→ **Activity**:
Look through the material below. Return exactly the lines from the one with "#54=DIRECTION('',(-0.499999932,0.,0.866025443));" through the one with "#64=ORIENTED_EDGE('',*,*,#63,.T.);", both included.

::: Supplied data :::

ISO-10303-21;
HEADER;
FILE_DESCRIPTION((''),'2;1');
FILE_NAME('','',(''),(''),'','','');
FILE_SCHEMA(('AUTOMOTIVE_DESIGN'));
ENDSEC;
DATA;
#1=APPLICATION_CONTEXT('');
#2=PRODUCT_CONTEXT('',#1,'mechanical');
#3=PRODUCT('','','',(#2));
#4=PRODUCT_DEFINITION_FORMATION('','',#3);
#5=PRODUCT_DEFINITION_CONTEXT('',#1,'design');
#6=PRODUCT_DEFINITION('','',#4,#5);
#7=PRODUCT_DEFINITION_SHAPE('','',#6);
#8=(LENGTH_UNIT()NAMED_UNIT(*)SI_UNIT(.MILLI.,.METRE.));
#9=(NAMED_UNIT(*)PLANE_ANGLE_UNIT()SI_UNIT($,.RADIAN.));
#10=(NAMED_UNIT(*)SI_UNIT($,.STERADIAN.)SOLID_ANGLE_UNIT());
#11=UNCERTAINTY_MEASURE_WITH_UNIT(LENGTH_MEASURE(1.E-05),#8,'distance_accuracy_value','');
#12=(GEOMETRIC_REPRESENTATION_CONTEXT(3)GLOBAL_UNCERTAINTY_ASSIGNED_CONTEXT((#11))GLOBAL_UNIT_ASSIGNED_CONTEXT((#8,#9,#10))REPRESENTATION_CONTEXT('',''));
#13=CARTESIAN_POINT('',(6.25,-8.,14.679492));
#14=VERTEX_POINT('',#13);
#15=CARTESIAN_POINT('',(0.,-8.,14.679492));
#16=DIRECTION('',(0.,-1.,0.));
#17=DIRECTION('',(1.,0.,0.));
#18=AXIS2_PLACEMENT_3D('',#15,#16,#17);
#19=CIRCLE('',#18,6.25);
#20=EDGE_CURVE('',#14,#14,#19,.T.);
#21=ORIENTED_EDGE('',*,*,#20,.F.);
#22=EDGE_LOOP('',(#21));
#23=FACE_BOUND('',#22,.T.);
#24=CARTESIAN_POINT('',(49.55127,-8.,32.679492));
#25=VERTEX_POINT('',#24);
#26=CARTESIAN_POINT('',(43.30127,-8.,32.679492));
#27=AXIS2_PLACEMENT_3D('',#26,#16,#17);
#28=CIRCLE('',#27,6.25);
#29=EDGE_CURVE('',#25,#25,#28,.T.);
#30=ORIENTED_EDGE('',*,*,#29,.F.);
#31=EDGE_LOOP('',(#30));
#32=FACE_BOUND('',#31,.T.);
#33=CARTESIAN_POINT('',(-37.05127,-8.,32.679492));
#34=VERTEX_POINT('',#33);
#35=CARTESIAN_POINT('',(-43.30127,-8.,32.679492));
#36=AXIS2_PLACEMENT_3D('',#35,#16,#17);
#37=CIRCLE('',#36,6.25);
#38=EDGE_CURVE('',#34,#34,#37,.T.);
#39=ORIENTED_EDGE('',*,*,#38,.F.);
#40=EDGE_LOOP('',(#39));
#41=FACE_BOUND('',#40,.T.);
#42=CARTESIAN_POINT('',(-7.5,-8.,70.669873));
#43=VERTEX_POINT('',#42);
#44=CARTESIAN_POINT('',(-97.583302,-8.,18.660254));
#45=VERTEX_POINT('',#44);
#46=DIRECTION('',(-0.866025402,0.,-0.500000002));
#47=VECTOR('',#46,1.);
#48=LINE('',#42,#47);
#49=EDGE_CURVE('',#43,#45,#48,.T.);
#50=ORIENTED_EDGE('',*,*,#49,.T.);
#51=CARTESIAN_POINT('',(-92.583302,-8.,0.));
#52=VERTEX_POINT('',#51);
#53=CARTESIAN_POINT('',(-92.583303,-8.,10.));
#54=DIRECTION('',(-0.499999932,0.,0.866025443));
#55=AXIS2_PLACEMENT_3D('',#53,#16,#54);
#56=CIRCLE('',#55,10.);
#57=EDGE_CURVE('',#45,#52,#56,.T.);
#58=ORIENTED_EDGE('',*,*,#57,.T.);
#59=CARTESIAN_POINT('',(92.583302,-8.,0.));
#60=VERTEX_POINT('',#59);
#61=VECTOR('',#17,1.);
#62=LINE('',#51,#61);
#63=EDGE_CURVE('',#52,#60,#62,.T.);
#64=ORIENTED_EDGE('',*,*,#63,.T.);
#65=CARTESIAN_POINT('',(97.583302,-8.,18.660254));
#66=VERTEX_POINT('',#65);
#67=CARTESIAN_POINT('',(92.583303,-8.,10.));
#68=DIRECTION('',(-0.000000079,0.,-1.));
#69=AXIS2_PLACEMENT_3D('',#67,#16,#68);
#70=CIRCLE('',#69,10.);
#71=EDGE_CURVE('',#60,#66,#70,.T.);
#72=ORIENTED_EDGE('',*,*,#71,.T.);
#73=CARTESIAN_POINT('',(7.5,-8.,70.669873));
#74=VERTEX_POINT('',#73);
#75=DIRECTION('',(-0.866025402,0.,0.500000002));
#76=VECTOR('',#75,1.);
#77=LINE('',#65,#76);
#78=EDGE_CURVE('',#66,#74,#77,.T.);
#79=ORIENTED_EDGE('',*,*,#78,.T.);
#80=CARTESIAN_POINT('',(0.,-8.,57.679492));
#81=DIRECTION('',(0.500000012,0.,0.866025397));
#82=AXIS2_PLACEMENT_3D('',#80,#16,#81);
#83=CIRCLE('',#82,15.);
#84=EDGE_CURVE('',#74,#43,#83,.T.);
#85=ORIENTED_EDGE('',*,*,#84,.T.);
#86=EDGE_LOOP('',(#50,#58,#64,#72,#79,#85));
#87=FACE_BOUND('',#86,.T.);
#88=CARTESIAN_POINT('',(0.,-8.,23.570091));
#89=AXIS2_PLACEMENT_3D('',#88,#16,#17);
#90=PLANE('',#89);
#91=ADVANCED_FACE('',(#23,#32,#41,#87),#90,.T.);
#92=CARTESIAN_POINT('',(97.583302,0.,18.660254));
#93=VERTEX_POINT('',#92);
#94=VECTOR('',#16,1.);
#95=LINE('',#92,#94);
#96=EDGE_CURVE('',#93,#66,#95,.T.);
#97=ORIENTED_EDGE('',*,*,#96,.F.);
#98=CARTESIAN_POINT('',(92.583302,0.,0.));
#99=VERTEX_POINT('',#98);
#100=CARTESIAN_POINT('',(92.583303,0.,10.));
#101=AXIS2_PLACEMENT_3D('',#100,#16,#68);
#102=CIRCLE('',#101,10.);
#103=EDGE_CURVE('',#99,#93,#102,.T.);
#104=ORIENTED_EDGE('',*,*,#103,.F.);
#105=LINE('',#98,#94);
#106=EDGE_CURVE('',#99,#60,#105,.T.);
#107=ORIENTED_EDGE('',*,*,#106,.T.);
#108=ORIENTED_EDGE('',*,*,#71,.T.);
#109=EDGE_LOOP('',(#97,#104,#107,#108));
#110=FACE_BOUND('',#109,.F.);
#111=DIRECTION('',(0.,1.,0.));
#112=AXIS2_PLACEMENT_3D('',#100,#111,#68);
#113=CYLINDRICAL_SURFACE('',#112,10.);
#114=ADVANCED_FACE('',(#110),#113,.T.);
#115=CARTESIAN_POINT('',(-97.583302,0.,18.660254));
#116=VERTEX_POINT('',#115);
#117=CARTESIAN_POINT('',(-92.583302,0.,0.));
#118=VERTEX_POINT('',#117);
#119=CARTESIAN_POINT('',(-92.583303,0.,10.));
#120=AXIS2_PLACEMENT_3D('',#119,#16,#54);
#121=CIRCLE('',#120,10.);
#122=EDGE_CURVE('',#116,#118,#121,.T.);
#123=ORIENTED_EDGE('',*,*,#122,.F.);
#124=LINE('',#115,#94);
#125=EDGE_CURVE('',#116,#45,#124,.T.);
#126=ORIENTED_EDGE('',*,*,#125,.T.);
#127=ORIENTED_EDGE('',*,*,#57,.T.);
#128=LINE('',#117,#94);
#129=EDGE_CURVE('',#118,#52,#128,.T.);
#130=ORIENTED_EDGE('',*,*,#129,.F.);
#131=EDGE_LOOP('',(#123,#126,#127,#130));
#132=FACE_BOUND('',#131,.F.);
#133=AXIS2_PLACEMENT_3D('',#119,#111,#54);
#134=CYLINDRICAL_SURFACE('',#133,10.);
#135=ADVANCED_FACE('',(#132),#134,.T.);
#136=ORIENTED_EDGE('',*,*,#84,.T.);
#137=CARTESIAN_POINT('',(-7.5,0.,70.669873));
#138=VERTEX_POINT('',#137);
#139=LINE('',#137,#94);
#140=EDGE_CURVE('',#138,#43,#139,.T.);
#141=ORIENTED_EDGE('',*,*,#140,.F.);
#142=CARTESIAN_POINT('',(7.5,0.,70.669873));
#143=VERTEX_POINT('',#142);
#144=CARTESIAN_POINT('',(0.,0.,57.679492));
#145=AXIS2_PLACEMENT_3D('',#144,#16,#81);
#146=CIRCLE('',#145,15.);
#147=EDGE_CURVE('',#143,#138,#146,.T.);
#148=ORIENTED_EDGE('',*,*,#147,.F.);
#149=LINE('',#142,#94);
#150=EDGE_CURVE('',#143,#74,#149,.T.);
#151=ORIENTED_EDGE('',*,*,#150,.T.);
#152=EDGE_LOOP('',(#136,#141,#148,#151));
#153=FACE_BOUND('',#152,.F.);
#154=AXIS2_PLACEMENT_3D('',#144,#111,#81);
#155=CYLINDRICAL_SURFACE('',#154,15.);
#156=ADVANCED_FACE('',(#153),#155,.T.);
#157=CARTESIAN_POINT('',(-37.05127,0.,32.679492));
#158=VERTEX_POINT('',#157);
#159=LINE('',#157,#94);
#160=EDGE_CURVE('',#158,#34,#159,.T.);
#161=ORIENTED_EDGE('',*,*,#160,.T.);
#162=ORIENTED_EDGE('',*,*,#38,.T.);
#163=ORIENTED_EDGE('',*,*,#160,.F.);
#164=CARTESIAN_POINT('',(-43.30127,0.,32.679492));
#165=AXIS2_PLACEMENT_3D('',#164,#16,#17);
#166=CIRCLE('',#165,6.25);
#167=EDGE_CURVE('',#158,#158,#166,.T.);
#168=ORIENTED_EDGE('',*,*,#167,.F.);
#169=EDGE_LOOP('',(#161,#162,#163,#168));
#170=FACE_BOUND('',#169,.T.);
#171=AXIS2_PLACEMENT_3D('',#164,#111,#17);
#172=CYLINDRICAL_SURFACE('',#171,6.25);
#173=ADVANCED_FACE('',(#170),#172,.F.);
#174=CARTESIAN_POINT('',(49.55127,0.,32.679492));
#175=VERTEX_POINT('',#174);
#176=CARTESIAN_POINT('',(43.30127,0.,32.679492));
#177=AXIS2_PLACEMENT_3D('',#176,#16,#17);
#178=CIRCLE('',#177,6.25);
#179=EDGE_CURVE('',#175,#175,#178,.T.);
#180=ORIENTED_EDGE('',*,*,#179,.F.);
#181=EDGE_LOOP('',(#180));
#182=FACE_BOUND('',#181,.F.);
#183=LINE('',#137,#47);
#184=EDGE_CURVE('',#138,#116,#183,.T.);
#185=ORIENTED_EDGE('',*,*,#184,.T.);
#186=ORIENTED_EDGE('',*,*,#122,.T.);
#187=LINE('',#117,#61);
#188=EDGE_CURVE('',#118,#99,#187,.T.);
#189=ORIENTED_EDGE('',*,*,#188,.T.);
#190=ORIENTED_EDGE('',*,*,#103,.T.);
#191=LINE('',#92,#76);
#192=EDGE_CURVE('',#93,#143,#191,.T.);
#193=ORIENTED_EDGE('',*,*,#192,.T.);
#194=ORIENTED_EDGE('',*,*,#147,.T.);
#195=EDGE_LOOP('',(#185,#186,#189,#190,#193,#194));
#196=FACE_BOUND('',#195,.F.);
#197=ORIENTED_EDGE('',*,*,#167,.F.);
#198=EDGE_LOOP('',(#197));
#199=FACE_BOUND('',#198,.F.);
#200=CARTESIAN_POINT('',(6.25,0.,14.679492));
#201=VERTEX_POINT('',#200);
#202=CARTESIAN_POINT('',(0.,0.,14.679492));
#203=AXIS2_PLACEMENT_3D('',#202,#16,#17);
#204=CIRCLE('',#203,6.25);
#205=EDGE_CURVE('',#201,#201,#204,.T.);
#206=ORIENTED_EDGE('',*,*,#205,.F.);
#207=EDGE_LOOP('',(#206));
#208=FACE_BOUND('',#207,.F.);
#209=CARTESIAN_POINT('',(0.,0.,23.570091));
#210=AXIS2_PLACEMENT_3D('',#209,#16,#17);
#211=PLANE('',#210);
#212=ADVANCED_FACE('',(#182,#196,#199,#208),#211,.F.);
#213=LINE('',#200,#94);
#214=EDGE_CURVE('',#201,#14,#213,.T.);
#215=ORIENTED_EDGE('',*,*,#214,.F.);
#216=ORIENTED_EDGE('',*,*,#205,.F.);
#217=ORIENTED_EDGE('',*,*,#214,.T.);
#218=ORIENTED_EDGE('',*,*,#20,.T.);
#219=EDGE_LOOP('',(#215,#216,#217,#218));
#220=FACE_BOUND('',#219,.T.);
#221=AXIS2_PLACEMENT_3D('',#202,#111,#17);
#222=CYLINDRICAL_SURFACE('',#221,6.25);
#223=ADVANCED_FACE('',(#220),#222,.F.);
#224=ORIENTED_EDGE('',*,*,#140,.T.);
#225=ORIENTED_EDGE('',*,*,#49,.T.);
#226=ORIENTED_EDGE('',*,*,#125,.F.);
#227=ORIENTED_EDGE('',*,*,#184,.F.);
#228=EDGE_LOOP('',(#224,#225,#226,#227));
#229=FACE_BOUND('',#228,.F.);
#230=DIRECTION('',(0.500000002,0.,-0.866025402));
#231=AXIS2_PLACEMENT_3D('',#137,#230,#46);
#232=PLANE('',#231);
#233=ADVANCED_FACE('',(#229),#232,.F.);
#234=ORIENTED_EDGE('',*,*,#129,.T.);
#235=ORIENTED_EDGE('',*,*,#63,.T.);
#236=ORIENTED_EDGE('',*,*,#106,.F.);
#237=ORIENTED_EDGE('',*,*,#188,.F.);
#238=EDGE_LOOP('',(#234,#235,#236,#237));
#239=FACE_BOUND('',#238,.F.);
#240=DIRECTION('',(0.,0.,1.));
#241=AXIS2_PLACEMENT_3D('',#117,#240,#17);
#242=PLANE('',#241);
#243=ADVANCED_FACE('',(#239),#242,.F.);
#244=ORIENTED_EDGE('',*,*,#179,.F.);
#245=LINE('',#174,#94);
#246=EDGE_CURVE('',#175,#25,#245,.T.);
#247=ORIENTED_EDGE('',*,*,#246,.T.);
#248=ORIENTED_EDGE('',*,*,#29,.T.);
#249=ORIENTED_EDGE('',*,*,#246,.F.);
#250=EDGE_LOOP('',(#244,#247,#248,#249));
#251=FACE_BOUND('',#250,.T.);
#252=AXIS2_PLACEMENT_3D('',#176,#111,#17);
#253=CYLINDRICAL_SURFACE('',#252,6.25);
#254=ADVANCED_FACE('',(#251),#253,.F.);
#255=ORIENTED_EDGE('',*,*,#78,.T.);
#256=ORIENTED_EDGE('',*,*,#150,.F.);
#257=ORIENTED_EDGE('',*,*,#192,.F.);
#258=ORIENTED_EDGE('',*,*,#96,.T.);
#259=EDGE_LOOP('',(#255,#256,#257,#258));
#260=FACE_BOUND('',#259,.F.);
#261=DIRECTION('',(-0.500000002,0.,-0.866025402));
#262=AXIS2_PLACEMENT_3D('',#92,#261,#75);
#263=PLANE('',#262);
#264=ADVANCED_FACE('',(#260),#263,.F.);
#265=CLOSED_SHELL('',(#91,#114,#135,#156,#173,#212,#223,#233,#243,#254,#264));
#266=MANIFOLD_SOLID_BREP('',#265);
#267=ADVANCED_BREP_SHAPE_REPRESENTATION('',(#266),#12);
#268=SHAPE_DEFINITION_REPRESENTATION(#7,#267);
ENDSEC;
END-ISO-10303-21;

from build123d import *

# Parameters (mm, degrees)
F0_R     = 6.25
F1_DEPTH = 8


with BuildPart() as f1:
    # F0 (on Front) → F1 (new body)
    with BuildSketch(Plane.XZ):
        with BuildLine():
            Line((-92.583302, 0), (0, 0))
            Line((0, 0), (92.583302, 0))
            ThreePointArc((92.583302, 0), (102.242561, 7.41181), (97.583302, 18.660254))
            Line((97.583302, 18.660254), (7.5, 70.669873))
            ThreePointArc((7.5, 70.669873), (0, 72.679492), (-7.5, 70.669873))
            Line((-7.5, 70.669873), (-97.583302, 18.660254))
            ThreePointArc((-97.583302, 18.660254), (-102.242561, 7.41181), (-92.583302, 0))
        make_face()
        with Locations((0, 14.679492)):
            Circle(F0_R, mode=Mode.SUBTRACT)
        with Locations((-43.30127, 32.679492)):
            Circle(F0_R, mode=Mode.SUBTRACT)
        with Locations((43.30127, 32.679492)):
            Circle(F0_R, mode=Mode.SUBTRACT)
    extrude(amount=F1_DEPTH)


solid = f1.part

:::
::: Supplied data :::

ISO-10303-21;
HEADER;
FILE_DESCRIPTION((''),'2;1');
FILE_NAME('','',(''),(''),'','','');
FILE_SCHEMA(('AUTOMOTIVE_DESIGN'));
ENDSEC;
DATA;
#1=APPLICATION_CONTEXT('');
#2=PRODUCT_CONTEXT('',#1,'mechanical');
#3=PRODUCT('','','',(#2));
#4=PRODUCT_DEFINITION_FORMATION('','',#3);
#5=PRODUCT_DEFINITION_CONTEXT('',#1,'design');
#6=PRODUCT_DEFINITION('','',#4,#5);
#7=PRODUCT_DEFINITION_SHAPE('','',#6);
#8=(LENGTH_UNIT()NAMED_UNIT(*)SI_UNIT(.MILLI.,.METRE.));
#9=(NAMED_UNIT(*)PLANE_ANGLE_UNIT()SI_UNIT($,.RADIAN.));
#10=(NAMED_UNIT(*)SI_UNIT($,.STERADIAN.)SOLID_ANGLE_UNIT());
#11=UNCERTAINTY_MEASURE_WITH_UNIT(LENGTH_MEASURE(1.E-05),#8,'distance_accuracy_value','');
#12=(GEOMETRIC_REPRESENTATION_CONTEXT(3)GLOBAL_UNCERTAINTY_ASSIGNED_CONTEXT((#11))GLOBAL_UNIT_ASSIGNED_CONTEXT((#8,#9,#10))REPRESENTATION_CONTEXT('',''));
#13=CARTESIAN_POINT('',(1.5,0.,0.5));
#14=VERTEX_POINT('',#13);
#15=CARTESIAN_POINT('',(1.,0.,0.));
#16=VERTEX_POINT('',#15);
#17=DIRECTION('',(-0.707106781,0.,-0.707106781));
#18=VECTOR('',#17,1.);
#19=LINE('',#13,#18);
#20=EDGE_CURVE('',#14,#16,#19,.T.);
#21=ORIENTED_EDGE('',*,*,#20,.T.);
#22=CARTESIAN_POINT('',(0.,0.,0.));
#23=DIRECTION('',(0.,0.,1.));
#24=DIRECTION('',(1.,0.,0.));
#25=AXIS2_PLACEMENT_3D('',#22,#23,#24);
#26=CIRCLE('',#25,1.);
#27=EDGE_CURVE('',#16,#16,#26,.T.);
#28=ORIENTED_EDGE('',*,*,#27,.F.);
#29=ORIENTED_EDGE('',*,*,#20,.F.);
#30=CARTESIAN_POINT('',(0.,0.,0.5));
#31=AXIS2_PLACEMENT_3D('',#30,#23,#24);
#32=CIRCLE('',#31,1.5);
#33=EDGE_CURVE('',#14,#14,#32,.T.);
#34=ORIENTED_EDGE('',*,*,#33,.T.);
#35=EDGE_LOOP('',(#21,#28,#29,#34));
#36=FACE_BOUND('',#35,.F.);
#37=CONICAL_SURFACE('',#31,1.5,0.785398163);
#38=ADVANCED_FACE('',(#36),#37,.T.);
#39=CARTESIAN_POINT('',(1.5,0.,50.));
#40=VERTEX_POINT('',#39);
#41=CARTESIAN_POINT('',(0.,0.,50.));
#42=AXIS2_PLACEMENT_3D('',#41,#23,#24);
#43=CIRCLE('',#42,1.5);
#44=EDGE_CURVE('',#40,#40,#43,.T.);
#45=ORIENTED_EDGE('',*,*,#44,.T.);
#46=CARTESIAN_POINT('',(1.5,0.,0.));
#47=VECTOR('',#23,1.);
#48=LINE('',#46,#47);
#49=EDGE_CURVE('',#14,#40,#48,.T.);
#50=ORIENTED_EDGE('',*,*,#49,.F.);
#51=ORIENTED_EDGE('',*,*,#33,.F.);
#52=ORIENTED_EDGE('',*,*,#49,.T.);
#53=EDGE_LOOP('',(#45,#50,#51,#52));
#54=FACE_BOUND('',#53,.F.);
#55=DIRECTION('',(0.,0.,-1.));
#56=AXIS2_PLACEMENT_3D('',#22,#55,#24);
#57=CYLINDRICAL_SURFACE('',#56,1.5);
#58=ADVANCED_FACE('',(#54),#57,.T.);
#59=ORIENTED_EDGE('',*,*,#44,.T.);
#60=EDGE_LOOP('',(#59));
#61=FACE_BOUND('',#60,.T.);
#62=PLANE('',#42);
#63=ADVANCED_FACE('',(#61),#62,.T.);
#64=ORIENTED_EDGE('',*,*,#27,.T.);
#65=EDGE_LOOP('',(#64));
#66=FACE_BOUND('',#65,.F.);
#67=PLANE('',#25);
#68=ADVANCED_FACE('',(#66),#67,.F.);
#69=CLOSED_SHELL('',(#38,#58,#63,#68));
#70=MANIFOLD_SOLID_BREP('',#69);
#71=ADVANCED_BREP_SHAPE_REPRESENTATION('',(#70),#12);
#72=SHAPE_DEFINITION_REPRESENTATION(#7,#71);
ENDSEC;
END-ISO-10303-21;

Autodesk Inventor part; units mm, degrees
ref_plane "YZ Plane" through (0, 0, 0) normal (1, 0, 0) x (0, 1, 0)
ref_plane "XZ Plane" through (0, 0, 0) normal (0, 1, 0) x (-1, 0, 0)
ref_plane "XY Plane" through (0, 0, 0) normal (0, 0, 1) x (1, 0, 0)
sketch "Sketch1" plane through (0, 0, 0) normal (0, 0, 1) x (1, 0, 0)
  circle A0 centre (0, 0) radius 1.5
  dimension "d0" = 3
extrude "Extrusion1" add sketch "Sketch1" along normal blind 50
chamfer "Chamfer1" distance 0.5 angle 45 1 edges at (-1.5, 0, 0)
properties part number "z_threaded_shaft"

:::

→ **Problem solution**:
#54=DIRECTION('',(-0.499999932,0.,0.866025443));
#55=AXIS2_PLACEMENT_3D('',#53,#16,#54);
#56=CIRCLE('',#55,10.);
#57=EDGE_CURVE('',#45,#52,#56,.T.);
#58=ORIENTED_EDGE('',*,*,#57,.T.);
#59=CARTESIAN_POINT('',(92.583302,-8.,0.));
#60=VERTEX_POINT('',#59);
#61=VECTOR('',#17,1.);
#62=LINE('',#51,#61);
#63=EDGE_CURVE('',#52,#60,#62,.T.);
#64=ORIENTED_EDGE('',*,*,#63,.T.);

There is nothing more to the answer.